▸ **Work required**: The entries below contain a line with "FILE_DESCRIPTION((''),'2;1');" and a line with "#31=DIRECTION('',(1.,0.,0.));". Quote exactly those two lines and all lines between them.

▸ **Given information**:
□ □ □ □ □ □ □

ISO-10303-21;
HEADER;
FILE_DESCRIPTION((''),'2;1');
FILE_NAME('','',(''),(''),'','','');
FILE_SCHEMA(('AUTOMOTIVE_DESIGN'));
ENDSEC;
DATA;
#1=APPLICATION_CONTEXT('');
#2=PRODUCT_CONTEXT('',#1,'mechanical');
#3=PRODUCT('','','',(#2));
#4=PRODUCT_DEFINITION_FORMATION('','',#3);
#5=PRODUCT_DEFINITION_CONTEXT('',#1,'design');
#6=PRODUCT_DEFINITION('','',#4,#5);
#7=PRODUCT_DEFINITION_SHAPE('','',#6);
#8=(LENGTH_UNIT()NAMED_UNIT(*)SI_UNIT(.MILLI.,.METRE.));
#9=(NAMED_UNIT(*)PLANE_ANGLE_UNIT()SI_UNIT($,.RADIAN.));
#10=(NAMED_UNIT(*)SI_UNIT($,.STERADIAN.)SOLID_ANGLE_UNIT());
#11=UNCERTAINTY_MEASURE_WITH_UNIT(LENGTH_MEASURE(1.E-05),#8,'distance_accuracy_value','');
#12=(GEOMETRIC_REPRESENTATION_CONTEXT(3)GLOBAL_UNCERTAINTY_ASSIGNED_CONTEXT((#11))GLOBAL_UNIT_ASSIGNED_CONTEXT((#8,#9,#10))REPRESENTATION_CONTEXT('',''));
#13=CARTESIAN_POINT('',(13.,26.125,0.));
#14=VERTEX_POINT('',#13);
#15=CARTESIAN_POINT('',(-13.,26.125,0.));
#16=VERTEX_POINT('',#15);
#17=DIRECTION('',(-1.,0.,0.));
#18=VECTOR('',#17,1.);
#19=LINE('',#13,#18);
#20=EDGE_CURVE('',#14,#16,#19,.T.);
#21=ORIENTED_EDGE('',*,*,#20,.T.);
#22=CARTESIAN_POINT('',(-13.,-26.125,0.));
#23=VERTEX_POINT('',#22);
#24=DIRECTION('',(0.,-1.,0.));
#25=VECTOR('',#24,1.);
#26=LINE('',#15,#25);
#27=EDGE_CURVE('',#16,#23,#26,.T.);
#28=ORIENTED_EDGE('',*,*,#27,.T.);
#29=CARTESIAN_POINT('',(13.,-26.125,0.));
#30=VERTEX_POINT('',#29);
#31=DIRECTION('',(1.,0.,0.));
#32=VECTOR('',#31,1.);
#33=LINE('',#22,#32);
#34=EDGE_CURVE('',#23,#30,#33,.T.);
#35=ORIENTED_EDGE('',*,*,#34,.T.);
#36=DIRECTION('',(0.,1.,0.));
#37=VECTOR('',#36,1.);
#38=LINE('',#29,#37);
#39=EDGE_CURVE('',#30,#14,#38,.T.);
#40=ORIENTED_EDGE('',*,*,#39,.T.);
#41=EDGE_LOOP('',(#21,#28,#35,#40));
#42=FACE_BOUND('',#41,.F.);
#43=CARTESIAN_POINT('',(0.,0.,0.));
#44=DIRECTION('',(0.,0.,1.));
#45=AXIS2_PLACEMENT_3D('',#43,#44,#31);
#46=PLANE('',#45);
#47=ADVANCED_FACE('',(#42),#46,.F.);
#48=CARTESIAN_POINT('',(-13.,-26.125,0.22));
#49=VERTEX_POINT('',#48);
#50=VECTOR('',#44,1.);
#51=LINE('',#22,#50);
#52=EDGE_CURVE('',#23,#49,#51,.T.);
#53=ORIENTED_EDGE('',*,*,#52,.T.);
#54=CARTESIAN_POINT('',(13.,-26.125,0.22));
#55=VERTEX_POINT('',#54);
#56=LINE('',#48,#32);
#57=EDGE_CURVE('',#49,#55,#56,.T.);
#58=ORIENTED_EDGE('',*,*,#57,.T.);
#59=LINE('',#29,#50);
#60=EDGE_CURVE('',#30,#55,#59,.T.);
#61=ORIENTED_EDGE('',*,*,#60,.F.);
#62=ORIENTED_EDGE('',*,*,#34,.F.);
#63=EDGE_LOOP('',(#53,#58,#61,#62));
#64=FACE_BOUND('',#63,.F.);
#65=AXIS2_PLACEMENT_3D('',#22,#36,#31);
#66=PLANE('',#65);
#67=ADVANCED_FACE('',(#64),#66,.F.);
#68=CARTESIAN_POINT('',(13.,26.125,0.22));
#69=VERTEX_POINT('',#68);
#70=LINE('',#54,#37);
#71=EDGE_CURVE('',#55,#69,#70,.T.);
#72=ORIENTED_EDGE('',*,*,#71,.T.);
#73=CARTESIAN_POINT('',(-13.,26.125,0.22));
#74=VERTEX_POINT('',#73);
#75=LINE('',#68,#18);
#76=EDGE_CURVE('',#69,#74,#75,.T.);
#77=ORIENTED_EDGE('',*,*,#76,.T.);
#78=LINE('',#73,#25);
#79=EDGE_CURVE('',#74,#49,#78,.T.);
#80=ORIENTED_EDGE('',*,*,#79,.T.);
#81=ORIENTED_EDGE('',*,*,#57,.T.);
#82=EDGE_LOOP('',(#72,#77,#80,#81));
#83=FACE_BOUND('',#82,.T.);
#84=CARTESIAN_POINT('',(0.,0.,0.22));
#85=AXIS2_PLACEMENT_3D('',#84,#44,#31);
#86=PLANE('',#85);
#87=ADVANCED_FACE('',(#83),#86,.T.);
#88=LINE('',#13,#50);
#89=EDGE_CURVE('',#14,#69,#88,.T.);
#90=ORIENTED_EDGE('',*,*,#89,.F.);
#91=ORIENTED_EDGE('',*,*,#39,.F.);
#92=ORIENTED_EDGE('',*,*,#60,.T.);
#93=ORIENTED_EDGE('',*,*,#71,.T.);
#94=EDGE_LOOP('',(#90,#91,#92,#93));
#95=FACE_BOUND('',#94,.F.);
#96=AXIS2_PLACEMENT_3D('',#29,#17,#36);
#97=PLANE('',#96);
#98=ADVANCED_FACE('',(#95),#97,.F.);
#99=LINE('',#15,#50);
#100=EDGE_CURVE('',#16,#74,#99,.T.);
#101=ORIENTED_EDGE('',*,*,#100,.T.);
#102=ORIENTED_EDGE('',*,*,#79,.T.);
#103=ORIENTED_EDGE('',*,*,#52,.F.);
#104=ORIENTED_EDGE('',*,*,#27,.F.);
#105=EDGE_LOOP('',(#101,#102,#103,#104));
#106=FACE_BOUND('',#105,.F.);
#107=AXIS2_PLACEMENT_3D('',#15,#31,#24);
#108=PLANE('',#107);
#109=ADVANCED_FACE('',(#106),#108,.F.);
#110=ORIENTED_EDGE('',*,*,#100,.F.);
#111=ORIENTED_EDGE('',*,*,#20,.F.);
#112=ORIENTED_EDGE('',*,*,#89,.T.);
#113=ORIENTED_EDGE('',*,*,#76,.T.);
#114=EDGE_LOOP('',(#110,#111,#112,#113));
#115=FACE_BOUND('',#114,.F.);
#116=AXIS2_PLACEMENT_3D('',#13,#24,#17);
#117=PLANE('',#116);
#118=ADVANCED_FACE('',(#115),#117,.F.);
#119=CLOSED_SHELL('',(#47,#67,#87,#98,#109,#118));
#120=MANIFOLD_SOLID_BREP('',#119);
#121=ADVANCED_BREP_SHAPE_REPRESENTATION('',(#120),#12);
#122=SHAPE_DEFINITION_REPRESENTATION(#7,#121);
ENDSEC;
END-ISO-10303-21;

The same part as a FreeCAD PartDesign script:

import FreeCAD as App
import Part
import Sketcher
from FreeCAD import Vector
Q = App.Units.Quantity


def add_polygon(sketch, points):
    """Adds a closed chain of lines whose ends are joined by coincident constraints."""
    first, n = sketch.GeometryCount, len(points)
    for a, b in zip(points, points[1:] + points[:1]):
        sketch.addGeometry(Part.LineSegment(App.Vector(*a, 0), App.Vector(*b, 0)), False)
    for i in range(n):
        sketch.addConstraint(Sketcher.Constraint("Coincident", first + i, 2, first + (i + 1) % n, 1))

doc = App.newDocument("Part")
params = doc.addObject("Spreadsheet::Sheet", "Params")
for row, (alias, value) in enumerate([
    ("sketch1_width", "26 mm"),
    ("sketch1_height", "52.25 mm"),
    ("pad1_length", "0.22 mm"),
], start=1):
    params.set(f"A{row}", alias)
    params.set(f"B{row}", "=" + value)
    params.setAlias(f"B{row}", alias)

body = doc.addObject("PartDesign::Body", "Body")

# Sketch on XY plane
sketch1 = body.newObject("Sketcher::SketchObject", "Sketch")
sketch1.AttachmentSupport = (doc.getObject("XY_Plane"), [""])
sketch1.MapMode = "FlatFace"
add_polygon(sketch1, [(-13, 26), (-13, -26), (13, -26), (13, 26)])  # lines 0-3
sketch1.addConstraint(Sketcher.Constraint("Vertical", 0))
sketch1.addConstraint(Sketcher.Constraint("Horizontal", 1))
sketch1.addConstraint(Sketcher.Constraint("Vertical", 2))
sketch1.addConstraint(Sketcher.Constraint("Horizontal", 3))
sketch1.addConstraint(Sketcher.Constraint("Symmetric", 0, 2, 2, 2, -1, 1))
sketch1.addConstraint(Sketcher.Constraint("DistanceX", 1, 1, 1, 2, Q("26 mm")))
sketch1.addConstraint(Sketcher.Constraint("DistanceY", 0, 2, 0, 1, Q("52.25 mm")))
sketch1.setExpression("Constraints[9]", "Params.sketch1_width")
sketch1.setExpression("Constraints[10]", "Params.sketch1_height")
pad1 = body.newObject("PartDesign::Pad", "Pad")
pad1.Profile = sketch1
pad1.setExpression("Length", "Params.pad1_length")

doc.recompute()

□ □ □ □ □ □ □

▸ **Expected answer**:
FILE_DESCRIPTION((''),'2;1');
FILE_NAME('','',(''),(''),'','','');
FILE_SCHEMA(('AUTOMOTIVE_DESIGN'));
ENDSEC;
DATA;
#1=APPLICATION_CONTEXT('');
#2=PRODUCT_CONTEXT('',#1,'mechanical');
#3=PRODUCT('','','',(#2));
#4=PRODUCT_DEFINITION_FORMATION('','',#3);
#5=PRODUCT_DEFINITION_CONTEXT('',#1,'design');
#6=PRODUCT_DEFINITION('','',#4,#5);
#7=PRODUCT_DEFINITION_SHAPE('','',#6);
#8=(LENGTH_UNIT()NAMED_UNIT(*)SI_UNIT(.MILLI.,.METRE.));
#9=(NAMED_UNIT(*)PLANE_ANGLE_UNIT()SI_UNIT($,.RADIAN.));
#10=(NAMED_UNIT(*)SI_UNIT($,.STERADIAN.)SOLID_ANGLE_UNIT());
#11=UNCERTAINTY_MEASURE_WITH_UNIT(LENGTH_MEASURE(1.E-05),#8,'distance_accuracy_value','');
#12=(GEOMETRIC_REPRESENTATION_CONTEXT(3)GLOBAL_UNCERTAINTY_ASSIGNED_CONTEXT((#11))GLOBAL_UNIT_ASSIGNED_CONTEXT((#8,#9,#10))REPRESENTATION_CONTEXT('',''));
#13=CARTESIAN_POINT('',(13.,26.125,0.));
#14=VERTEX_POINT('',#13);
#15=CARTESIAN_POINT('',(-13.,26.125,0.));
#16=VERTEX_POINT('',#15);
#17=DIRECTION('',(-1.,0.,0.));
#18=VECTOR('',#17,1.);
#19=LINE('',#13,#18);
#20=EDGE_CURVE('',#14,#16,#19,.T.);
#21=ORIENTED_EDGE('',*,*,#20,.T.);
#22=CARTESIAN_POINT('',(-13.,-26.125,0.));
#23=VERTEX_POINT('',#22);
#24=DIRECTION('',(0.,-1.,0.));
#25=VECTOR('',#24,1.);
#26=LINE('',#15,#25);
#27=EDGE_CURVE('',#16,#23,#26,.T.);
#28=ORIENTED_EDGE('',*,*,#27,.T.);
#29=CARTESIAN_POINT('',(13.,-26.125,0.));
#30=VERTEX_POINT('',#29);
#31=DIRECTION('',(1.,0.,0.));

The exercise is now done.